7.7. Random Vectors

We will continue to use the notation of capital letters to denote a random vector. We will specify the space over which the random vector is generated to clarify the dimensionality.

A real random vector $X$ takes values in the vector space ${\mathbb{R}}^n$. A complex random vector $Z$ takes values in the vector space ${\mathbb{C}}^n$. We write

$$\begin{array}{r}X=\left[\begin{array}{c}{X}_1\\ ⋮\\ X_n\end{array}\right].\end{array}$$

The expected value or mean of a random vector is $\mathbb{E}(X)$.

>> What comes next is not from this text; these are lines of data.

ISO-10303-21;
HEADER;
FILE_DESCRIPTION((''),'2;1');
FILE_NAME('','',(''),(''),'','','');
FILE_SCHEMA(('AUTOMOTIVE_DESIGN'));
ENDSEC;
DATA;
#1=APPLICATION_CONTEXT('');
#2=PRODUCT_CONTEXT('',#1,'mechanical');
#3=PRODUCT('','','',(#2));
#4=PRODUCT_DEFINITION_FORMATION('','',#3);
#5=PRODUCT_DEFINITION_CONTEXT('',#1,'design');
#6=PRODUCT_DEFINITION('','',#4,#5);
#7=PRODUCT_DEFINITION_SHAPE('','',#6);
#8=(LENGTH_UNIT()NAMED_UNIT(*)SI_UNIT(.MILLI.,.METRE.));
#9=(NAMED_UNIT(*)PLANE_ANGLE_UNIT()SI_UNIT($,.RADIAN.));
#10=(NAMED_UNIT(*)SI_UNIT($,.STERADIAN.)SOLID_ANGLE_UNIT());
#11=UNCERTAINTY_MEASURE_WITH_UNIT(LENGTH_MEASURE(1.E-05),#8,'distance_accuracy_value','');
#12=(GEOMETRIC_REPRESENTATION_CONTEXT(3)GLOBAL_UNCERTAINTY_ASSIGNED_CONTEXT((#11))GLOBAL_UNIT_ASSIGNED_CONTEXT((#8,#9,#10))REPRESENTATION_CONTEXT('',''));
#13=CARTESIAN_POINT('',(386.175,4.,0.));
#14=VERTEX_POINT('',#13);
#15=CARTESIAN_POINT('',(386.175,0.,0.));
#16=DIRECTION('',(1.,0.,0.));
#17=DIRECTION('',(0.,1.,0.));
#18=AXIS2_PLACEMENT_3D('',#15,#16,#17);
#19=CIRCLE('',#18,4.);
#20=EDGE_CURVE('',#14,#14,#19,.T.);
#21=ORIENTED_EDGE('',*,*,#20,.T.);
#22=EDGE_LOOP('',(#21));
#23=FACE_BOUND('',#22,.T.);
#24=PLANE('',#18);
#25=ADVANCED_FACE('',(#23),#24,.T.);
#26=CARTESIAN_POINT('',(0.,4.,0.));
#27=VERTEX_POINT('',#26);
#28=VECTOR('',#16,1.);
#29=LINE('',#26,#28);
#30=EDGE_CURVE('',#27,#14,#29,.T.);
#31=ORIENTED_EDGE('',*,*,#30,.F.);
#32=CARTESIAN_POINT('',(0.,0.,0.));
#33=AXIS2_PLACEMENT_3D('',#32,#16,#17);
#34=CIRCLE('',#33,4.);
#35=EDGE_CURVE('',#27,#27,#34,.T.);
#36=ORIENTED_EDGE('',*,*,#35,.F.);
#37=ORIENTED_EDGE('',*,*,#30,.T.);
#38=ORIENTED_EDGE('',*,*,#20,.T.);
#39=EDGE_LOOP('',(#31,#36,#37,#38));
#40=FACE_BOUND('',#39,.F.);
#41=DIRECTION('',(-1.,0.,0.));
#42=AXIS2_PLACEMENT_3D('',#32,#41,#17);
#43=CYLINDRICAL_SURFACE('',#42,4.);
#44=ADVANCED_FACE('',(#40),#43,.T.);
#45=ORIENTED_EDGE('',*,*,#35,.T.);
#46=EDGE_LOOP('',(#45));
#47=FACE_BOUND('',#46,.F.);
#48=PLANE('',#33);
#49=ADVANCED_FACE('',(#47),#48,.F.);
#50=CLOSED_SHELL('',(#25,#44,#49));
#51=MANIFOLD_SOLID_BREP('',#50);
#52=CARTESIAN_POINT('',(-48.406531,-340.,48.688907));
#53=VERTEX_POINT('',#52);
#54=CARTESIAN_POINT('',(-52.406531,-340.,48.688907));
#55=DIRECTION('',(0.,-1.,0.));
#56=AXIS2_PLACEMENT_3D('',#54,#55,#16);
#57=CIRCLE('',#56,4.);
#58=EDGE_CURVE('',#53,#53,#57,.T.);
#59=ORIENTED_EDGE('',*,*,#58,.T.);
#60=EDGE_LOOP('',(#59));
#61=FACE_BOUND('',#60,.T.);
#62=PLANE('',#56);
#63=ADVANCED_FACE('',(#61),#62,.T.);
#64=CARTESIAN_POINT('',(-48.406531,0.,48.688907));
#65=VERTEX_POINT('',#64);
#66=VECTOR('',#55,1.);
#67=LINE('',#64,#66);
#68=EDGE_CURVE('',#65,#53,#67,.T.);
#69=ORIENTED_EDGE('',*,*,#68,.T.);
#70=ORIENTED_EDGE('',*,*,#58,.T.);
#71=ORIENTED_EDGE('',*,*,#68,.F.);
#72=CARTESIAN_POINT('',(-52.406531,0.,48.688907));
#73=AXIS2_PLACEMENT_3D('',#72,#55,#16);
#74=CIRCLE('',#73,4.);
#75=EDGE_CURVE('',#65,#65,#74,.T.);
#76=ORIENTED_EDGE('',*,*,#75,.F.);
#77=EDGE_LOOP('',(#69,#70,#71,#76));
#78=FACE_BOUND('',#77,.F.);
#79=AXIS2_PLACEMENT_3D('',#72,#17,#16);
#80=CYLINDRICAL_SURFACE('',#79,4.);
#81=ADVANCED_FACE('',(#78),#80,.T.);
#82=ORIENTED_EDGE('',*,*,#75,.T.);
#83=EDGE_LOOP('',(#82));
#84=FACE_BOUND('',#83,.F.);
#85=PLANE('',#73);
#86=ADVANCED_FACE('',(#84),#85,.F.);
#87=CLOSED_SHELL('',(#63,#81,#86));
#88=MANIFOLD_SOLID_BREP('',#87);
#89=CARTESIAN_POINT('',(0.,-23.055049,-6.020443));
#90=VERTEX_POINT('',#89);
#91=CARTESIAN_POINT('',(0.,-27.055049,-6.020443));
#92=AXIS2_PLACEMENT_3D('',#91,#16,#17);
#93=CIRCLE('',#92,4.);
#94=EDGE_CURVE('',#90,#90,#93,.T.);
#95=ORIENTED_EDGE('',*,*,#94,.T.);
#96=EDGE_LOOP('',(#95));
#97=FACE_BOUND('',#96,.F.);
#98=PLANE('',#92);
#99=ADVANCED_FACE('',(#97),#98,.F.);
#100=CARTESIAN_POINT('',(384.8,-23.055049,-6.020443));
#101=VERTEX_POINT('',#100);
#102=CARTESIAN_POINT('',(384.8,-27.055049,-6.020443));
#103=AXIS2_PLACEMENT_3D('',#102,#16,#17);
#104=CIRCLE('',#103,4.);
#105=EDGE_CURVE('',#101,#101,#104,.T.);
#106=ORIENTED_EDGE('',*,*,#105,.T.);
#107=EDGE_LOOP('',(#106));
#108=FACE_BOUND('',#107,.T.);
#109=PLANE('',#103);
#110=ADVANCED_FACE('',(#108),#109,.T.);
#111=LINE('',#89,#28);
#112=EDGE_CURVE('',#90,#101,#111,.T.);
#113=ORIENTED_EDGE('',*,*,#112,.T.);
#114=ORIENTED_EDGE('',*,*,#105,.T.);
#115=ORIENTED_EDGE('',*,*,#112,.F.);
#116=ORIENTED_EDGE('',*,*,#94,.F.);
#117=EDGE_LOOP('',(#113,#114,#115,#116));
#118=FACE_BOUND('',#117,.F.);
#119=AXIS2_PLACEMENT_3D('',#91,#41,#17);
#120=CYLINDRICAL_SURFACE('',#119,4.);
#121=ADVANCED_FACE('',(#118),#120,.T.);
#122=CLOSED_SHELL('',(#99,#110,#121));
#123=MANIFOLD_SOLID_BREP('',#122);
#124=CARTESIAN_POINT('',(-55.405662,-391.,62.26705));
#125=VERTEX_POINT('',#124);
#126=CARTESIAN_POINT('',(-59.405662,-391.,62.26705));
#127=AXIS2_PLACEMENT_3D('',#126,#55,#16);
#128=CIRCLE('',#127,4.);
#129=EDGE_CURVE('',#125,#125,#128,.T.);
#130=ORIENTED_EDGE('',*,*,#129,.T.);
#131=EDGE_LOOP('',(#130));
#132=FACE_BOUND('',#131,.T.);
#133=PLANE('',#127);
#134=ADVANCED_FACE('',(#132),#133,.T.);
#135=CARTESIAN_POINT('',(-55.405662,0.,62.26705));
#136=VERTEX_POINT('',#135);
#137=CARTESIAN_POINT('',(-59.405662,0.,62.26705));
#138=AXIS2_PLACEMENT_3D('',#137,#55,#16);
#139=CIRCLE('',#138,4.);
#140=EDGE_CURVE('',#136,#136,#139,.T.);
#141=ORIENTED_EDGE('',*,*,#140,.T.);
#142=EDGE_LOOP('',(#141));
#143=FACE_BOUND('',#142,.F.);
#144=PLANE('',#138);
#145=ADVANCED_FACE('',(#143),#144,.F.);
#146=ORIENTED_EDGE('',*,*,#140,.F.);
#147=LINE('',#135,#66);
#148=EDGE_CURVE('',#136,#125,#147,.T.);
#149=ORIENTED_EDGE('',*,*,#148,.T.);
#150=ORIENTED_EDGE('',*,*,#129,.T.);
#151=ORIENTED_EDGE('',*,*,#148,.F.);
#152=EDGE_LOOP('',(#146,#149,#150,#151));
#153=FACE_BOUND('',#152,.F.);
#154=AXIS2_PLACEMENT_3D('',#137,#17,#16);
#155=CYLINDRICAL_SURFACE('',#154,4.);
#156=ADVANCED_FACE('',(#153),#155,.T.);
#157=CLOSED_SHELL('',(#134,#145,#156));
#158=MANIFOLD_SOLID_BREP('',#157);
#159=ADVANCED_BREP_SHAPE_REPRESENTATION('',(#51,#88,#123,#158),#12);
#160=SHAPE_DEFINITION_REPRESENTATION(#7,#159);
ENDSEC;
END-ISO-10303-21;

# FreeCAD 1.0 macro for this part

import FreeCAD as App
import Part
import Sketcher

V = App.Vector
Q = App.Units.Quantity

doc = App.newDocument("Part")
body = doc.addObject("PartDesign::Body", "Body")

sketch1 = doc.addObject("Sketcher::SketchObject", "Sketch")
body.addObject(sketch1)
sketch1.AttachmentSupport = (doc.YZ_Plane, [""])
sketch1.MapMode = "FlatFace"
sketch1.addGeometry(Part.Circle(V(0, 0, 0), V(0, 0, 1), 4), False)
sketch1.addConstraint(Sketcher.Constraint("Coincident", 0, 3, -1, 1))
sketch1.addConstraint(Sketcher.Constraint("Diameter", 0, Q("8 mm")))
pad1 = doc.addObject("PartDesign::Pad", "Pad")
body.addObject(pad1)
pad1.Profile = sketch1
pad1.Length = 386.175
body2 = doc.addObject("PartDesign::Body", "Body001")

sketch2 = doc.addObject("Sketcher::SketchObject", "Sketch001")
body2.addObject(sketch2)
sketch2.AttachmentSupport = (doc.getObject("XZ_Plane001"), [""])
sketch2.MapMode = "FlatFace"
sketch2.addGeometry(Part.Circle(V(-59.405662, 62.26705, 0), V(0, 0, 1), 4), False)
sketch2.addConstraint(Sketcher.Constraint("Diameter", 0, Q("8 mm")))
sketch2.addConstraint(Sketcher.Constraint("DistanceY", -1, 1, 0, 3, Q("62.26705 mm")))
sketch2.addConstraint(Sketcher.Constraint("DistanceX", 0, 3, -1, 1, Q("59.405662 mm")))
pad2 = doc.addObject("PartDesign::Pad", "Pad001")
body2.addObject(pad2)
pad2.Profile = sketch2
pad2.Length = 391
body3 = doc.addObject("PartDesign::Body", "Body002")

sketch3 = doc.addObject("Sketcher::SketchObject", "Sketch002")
body3.addObject(sketch3)
sketch3.AttachmentSupport = (doc.getObject("XZ_Plane002"), [""])
sketch3.MapMode = "FlatFace"
sketch3.addGeometry(Part.Circle(V(-52.406531, 48.688907, 0), V(0, 0, 1), 4), False)
sketch3.addConstraint(Sketcher.Constraint("Diameter", 0, Q("8 mm")))
sketch3.addConstraint(Sketcher.Constraint("DistanceX", 0, 3, -1, 1, Q("52.406531 mm")))
sketch3.addConstraint(Sketcher.Constraint("DistanceY", -1, 1, 0, 3, Q("48.688907 mm")))
pad3 = doc.addObject("PartDesign::Pad", "Pad002")
body3.addObject(pad3)
pad3.Profile = sketch3
pad3.Length = 340
body4 = doc.addObject("PartDesign::Body", "Body003")

sketch4 = doc.addObject("Sketcher::SketchObject", "Sketch003")
body4.addObject(sketch4)
sketch4.AttachmentSupport = (doc.getObject("YZ_Plane003"), [""])
sketch4.MapMode = "FlatFace"
sketch4.addGeometry(Part.Circle(V(-27.055049, -6.020443, 0), V(0, 0, 1), 4), False)
sketch4.addConstraint(Sketcher.Constraint("Diameter", 0, Q("8 mm")))
sketch4.addConstraint(Sketcher.Constraint("DistanceX", 0, 3, -1, 1, Q("27.055049 mm")))
sketch4.addConstraint(Sketcher.Constraint("DistanceY", 0, 3, -1, 1, Q("6.020443 mm")))
pad4 = doc.addObject("PartDesign::Pad", "Pad003")
body4.addObject(pad4)
pad4.Profile = sketch4
pad4.Length = 384.8

doc.recompute()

$$\begin{array}{r}\mathbb{E}(X)=\left[\begin{array}{c}\mathbb{E}(X_1)\\ ⋮\\ \mathbb{E}(X_n)\end{array}\right].\end{array}$$

Covariance-matrix of a random vector:

$$\mathrm{Cov}(X)=\mathbb{E}[(X-\mathbb{E}(X))(X-\mathbb{E}(X){)}^T]=\mathbb{E}[X{X}^T]-\mathbb{E}[X]\mathbb{E}[X{]}^T.$$

We will use the symbols $\mu$ and $\mathrm{\Sigma }$ for the mean vector and covariance matrix of a random vector $X$. Clearly

$$\mathbb{E}[X{X}^T]=\mathrm{\Sigma }+\mu {\mu }^T.$$

Cross-covariance matrix of two random vectors:

$$\mathrm{Cov}(X,Y)=\mathbb{E}[(X-\mathbb{E}(X))(Y-\mathbb{E}(Y){)}^T]=\mathbb{E}[X{Y}^T]-\mathbb{E}[X]\mathbb{E}[Y{]}^T.$$

Note that

$$\mathrm{Cov}(X,Y)=\mathrm{Cov}(Y,X{)}^T.$$

The characteristic function is defined as

$${\mathrm{\Psi }}_X(j\omega )=\mathbb{E}(\exp (j{\omega }^{T}X)),\omega \in {\mathbb{R}}^n.$$

The MGF is defined as

$$M_X(t)=\mathbb{E}(\exp (t^{T}X)),t\in {\mathbb{C}}^n.$$

Theorem 7.23

The components $X_1,\dots ,X_n$ of a random vector $X$ are independent if and only if

$${\mathrm{\Psi }}_X(j\omega )=\prod _{i=1}^n{\mathrm{\Psi }}_{X_i}(j{\omega }_i),\mathrm{\forall }\omega \in {\mathbb{R}}^n.$$